第30章 酒 (2/4)
一切的掙扎在聽到那個聲音後全部崩塌了,尤其那波瀾不驚的平淡語氣更是像在嘲笑他剛剛的腦內較真有多幼稚。
不知是哪個欠嘴的問了一句:“落座後叫來的酒保還是你嗎?”
“不,”章勳臉上掛着恰到好處的禮貌微笑,“我是這裏的調酒師,不會離開吧檯。”
時北航呆呆地望着那個人,渾身彷彿石化了一般,挪不動半分,連眨眼也忘了。
這個人,穿西裝也好好看啊……
尤其是領子上的那隻黑色緞面蝴蝶結和箍在上臂的那個圈兒,還有耳朵上那顆小小的晶瑩圓鑽,莫名的讓他覺得這些細節就很小哥。

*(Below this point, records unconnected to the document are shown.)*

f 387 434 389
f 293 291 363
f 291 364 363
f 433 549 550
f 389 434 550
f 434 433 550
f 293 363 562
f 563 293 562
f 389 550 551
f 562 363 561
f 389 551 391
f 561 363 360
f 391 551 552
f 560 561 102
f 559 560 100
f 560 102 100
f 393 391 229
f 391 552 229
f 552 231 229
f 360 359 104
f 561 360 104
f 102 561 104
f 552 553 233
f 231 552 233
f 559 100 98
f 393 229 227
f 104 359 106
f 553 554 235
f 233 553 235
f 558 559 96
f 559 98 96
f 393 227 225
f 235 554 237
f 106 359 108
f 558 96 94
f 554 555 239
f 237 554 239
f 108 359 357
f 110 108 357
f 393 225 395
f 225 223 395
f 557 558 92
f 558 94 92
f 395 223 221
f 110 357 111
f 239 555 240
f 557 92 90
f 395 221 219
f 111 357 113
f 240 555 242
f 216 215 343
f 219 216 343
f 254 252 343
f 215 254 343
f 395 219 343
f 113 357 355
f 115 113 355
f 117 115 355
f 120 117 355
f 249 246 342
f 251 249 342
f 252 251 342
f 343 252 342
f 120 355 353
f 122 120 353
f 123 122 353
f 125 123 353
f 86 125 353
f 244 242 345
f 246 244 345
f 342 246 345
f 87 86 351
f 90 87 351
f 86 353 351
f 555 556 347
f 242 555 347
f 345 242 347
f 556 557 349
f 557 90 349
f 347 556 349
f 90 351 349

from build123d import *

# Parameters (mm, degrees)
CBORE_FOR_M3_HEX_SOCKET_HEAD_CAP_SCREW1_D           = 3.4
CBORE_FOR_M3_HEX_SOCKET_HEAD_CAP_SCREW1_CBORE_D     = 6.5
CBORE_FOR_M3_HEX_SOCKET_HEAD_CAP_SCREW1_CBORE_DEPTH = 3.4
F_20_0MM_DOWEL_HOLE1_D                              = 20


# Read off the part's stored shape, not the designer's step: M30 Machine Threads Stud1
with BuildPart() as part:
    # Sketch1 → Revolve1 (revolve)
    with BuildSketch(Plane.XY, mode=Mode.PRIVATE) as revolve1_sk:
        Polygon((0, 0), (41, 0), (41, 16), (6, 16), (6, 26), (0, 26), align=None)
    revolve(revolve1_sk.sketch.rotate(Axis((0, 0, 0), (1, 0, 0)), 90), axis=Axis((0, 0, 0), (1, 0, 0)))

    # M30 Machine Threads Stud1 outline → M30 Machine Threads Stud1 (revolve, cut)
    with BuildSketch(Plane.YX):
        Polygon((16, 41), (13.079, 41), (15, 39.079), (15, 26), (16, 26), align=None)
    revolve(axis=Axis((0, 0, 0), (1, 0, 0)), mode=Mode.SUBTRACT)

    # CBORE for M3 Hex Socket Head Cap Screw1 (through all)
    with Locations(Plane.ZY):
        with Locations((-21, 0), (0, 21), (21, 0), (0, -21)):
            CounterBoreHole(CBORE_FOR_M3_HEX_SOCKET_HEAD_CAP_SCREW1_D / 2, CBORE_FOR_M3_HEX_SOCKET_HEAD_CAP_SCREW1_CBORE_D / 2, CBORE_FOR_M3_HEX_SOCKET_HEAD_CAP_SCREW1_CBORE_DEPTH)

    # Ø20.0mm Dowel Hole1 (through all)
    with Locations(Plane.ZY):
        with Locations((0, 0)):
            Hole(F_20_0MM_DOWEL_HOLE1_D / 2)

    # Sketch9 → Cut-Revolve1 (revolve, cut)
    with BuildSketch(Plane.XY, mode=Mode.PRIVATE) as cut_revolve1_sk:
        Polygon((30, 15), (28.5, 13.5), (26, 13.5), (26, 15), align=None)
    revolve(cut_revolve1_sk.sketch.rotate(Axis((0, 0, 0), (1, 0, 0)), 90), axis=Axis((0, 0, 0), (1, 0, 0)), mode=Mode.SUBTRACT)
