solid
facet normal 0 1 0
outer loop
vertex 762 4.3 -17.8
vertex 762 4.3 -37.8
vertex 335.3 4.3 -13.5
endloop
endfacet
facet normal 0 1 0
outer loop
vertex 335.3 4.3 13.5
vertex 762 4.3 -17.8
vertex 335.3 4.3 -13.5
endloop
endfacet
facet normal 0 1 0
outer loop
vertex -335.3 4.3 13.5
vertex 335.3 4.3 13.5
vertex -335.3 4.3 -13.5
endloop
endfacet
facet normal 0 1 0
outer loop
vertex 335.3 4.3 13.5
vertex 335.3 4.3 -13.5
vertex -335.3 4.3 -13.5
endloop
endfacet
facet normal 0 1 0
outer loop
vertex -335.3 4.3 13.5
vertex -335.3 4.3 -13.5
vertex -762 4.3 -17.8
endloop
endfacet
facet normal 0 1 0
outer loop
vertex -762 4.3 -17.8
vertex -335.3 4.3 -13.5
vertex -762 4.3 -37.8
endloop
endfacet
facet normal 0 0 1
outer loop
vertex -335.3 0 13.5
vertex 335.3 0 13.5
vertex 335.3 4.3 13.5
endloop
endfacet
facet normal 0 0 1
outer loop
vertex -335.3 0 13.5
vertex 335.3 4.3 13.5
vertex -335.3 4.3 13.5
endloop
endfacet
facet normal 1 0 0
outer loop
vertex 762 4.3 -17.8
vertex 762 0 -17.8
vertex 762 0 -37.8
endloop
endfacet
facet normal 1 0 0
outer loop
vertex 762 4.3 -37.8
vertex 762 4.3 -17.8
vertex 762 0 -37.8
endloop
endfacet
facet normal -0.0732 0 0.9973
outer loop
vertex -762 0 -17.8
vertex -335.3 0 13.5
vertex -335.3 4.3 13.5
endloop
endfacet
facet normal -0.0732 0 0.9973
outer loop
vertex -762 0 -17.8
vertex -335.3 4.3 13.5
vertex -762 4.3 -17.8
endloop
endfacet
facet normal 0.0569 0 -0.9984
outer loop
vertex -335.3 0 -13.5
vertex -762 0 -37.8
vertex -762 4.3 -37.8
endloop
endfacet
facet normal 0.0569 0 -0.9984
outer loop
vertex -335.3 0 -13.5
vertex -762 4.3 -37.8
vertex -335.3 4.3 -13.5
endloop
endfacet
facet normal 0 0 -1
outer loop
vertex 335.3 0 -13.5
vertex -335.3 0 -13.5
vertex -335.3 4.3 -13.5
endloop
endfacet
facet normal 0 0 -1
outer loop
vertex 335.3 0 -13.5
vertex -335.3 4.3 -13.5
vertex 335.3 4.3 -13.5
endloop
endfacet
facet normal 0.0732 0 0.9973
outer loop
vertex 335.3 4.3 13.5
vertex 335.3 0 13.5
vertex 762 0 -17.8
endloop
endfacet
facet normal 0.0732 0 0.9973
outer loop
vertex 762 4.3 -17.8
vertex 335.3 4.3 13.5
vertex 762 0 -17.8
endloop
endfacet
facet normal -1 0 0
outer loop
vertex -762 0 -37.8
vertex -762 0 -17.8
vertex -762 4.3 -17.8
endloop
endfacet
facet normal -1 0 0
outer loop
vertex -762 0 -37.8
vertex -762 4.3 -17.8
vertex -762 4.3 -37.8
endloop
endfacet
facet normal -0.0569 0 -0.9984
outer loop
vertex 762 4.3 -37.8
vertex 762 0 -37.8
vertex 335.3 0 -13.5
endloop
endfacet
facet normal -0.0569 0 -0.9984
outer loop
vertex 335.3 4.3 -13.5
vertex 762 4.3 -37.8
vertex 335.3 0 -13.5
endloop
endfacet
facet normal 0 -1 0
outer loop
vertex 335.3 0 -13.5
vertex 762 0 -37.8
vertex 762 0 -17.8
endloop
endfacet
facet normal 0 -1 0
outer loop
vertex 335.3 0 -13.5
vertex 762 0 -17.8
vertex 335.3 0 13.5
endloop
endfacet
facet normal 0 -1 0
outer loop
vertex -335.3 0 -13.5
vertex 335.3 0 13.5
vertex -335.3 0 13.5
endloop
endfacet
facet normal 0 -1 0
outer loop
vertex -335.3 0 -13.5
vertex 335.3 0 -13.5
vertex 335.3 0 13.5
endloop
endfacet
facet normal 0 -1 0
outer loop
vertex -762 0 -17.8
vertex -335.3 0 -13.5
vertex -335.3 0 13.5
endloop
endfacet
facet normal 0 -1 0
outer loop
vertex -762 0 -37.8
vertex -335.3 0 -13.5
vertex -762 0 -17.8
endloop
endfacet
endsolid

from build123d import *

# Parameters (mm, degrees)
BOSS_EXTRUDE1_DEPTH = 4.3


with BuildPart() as part:
    # Sketch1 → Boss-Extrude1 (new body)
    with BuildSketch(Plane(origin=(0, 0, 0), x_dir=(1, 0, 0), z_dir=(0, 1, 0))):
        Polygon((335.3, -13.5), (762, 17.8), (762, 37.8), (335.3, 13.5), (0, 13.5), (0, -13.5), align=None)
    boss_extrude1 = extrude(amount=BOSS_EXTRUDE1_DEPTH)

    # Mirror1: Boss-Extrude1 across plane
    add(boss_extrude1.mirror(Plane(origin=(0, 4.3, -13.5), x_dir=(0, 0, 1), z_dir=(1, 0, 0))))


solid = part.part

永遠是那麼精緻,那麼帥氣,那麼酷,讓他遠遠一望見就自慚形穢。
現在又多添了一份優雅。
“想單點的在這兒隨便看看吧,我們這些喝啤的就先進去了。”有人招呼說。
就這麼一句,幾乎所有人都跟着嘩啦啦往裏走了。
再進去,點單的就不是章勳了,就再也看不見了。
他緊張地在心裏盤算了千萬遍。
又要見不到了。
算來算去都快要哭出來。
然而他壓根沒有獨自面對章勳的勇氣。
他連頭都沒敢再擡,趕緊埋頭跟上了大隊伍。
“怎麼了小章?一直往那邊瞅。”小鄭疑惑地問。
“看着個挺眼熟的小孩兒。”章勳回答。
“幹這行久了確實能眼熟挺多客人的,要是再臉盲,那看着熟的更多。”小鄭半開玩笑說。
“啊,那裏面,穿個黑羽絨服那個小孩兒,以前不總來嗎?”小陳似乎真發現了熟客。
“你這指人指的,這裏面哪個沒穿黑羽絨服。”小鄭無意間往門口一瞟,立馬狂戳章勳,“哎,小章,別看了,你‘天敵’來了。”
章勳懷着糟糕的心情一轉頭,果然看到了秦龍,簡直欲哭無淚,一時間都沒能控制好表情管理,差點就把“有病啊”三個字罵在臉上了。
救命啊——有完沒完了啊!大年三十還來!
衆人落了座,來點單的酒保普普通通,穿着跟章勳一樣的制服,但沒有袖箍。
時北航感到了一點點慶幸,他大大方方地把目光放在這個酒保的領結上——他的領結不是緞面的,只是個普普通通的布領結。
這說明小哥的緞面領結是自己換的。
這相當小哥,完完全全小哥風格。
時北航不懂自己這沒由來的欣喜和激動是哪裏來的。
大概是酒吧?沒錯,就是酒,是酒精催使他觀察到平時不會注意的細節。
大家開始點酒了,有兩個人的調侃傳入他的耳朵:
“他家那個調酒師挺帥的啊,男的都會覺得帥的程度,真好奇調起酒來能是啥樣。”
“那你就點一杯過去看他調酒啊,都是男人慫甚麼。”
衆人一陣鬨笑。
是啊,點個酒就有正當理由過去了。
但是他很緊張,非常緊張,比下定決心舉手回答問題還要緊張,緊張得雙手手指一直在皮質沙發上摳着。